Your answer must be the lines of the entries below, exactly as written, from the first line through the line containing "e5 v3 v3 CIRCLE(AX(P(0,0,60.033724),D(0,0,1),D(1,0,0)),7.284446)".

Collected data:
* * * *
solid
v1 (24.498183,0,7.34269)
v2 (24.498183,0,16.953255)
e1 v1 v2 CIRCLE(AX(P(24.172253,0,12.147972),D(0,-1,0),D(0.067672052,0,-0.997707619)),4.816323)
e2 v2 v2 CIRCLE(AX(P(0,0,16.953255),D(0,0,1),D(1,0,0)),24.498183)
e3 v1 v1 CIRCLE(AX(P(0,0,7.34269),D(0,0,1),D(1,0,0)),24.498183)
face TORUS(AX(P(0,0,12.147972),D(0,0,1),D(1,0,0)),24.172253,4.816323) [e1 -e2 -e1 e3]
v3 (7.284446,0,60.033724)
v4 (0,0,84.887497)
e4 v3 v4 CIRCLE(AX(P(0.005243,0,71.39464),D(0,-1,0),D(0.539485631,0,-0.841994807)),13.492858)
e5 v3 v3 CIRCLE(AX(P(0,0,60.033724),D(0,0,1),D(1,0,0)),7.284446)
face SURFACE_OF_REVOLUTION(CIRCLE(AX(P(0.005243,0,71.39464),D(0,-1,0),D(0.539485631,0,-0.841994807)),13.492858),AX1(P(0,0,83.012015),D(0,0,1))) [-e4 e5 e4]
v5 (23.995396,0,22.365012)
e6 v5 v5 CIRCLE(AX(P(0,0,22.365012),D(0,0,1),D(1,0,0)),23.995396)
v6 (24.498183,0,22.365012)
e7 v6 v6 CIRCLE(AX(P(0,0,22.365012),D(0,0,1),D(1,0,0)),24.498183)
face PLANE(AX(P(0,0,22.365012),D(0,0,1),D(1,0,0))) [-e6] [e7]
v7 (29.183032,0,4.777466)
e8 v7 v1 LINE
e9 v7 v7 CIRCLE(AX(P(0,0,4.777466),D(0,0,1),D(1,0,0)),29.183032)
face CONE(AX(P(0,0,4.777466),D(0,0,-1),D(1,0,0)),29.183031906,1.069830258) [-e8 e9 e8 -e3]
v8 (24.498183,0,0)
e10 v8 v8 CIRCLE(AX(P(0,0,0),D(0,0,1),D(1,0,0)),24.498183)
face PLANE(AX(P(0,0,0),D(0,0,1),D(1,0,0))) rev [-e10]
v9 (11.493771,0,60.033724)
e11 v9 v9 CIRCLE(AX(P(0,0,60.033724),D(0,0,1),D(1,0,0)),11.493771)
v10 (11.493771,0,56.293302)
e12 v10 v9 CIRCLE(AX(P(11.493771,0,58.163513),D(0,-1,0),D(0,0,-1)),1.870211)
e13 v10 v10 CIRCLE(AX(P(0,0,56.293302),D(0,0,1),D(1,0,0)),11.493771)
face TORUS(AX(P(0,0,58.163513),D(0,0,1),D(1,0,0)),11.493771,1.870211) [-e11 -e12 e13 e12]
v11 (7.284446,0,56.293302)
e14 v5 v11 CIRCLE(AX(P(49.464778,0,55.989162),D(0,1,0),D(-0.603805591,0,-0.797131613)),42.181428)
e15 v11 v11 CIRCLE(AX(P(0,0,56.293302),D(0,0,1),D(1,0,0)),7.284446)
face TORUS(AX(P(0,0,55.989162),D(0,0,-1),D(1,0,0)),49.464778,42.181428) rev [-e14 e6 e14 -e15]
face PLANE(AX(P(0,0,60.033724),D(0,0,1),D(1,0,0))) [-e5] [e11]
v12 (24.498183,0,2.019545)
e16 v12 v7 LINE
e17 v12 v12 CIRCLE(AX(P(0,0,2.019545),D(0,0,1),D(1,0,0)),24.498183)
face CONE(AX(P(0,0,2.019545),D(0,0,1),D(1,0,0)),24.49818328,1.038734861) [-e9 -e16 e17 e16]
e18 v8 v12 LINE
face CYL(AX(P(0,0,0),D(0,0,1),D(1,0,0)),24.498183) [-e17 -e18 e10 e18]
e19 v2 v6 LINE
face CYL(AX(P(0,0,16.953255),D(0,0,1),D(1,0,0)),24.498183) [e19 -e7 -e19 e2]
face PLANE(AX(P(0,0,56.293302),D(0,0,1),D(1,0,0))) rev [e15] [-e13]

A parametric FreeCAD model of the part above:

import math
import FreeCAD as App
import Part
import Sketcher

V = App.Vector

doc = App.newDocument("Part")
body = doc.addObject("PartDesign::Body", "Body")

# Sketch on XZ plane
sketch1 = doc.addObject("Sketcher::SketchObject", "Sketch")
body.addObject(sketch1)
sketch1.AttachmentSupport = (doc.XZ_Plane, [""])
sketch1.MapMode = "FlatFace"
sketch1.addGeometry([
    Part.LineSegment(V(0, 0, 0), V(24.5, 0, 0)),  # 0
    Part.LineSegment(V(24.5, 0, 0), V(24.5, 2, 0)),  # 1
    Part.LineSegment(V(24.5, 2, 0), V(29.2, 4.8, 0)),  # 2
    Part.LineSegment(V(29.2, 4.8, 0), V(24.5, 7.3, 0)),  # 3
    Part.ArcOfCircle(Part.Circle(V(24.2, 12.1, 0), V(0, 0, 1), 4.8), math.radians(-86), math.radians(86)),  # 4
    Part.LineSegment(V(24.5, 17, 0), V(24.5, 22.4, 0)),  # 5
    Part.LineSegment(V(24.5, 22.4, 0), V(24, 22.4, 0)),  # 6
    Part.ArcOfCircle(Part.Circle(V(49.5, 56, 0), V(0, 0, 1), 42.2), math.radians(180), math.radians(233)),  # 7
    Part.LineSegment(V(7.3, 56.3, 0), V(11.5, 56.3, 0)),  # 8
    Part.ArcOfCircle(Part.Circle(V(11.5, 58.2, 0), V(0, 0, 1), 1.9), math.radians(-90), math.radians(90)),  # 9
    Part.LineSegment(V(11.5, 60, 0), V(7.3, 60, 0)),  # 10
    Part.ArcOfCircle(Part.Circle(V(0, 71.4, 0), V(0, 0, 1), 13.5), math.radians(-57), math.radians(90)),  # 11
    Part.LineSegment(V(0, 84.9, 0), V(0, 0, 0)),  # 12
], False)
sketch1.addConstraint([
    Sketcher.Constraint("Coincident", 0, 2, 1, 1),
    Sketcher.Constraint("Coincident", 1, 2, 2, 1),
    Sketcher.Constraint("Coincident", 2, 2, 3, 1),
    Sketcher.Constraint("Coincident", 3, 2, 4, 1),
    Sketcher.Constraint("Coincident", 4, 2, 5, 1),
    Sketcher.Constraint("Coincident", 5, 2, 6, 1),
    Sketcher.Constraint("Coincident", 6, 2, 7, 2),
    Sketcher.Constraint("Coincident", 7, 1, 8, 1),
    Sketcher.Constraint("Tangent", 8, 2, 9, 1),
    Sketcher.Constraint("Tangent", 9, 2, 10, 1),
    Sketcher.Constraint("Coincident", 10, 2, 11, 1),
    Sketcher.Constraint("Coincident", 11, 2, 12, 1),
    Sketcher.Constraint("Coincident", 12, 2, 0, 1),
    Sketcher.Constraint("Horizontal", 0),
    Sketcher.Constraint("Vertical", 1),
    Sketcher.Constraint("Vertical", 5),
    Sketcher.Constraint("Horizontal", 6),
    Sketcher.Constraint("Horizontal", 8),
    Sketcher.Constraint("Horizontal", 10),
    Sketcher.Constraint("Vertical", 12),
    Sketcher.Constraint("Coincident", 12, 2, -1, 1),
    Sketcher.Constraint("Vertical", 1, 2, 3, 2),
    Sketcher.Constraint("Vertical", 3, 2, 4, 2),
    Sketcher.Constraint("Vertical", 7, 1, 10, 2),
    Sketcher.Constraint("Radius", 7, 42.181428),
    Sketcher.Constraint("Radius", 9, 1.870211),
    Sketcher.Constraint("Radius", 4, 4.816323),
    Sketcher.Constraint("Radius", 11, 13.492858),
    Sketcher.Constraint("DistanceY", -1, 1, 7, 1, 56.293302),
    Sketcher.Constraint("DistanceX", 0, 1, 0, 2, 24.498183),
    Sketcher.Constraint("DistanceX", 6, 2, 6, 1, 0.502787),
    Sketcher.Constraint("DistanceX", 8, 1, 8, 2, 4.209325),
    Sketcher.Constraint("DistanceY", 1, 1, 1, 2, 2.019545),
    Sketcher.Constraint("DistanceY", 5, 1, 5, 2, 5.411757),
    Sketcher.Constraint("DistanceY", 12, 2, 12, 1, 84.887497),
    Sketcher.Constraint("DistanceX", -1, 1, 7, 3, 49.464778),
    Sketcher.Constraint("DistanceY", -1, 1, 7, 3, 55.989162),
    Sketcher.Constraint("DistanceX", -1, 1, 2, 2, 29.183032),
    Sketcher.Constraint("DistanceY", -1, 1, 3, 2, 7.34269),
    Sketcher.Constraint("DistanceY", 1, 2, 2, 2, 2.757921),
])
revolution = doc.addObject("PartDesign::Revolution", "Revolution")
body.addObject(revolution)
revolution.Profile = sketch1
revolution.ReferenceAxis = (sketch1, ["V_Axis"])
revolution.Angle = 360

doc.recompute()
* * * *
## SOLUTION TO THE PROBLEM
solid
v1 (24.498183,0,7.34269)
v2 (24.498183,0,16.953255)
e1 v1 v2 CIRCLE(AX(P(24.172253,0,12.147972),D(0,-1,0),D(0.067672052,0,-0.997707619)),4.816323)
e2 v2 v2 CIRCLE(AX(P(0,0,16.953255),D(0,0,1),D(1,0,0)),24.498183)
e3 v1 v1 CIRCLE(AX(P(0,0,7.34269),D(0,0,1),D(1,0,0)),24.498183)
face TORUS(AX(P(0,0,12.147972),D(0,0,1),D(1,0,0)),24.172253,4.816323) [e1 -e2 -e1 e3]
v3 (7.284446,0,60.033724)
v4 (0,0,84.887497)
e4 v3 v4 CIRCLE(AX(P(0.005243,0,71.39464),D(0,-1,0),D(0.539485631,0,-0.841994807)),13.492858)
e5 v3 v3 CIRCLE(AX(P(0,0,60.033724),D(0,0,1),D(1,0,0)),7.284446)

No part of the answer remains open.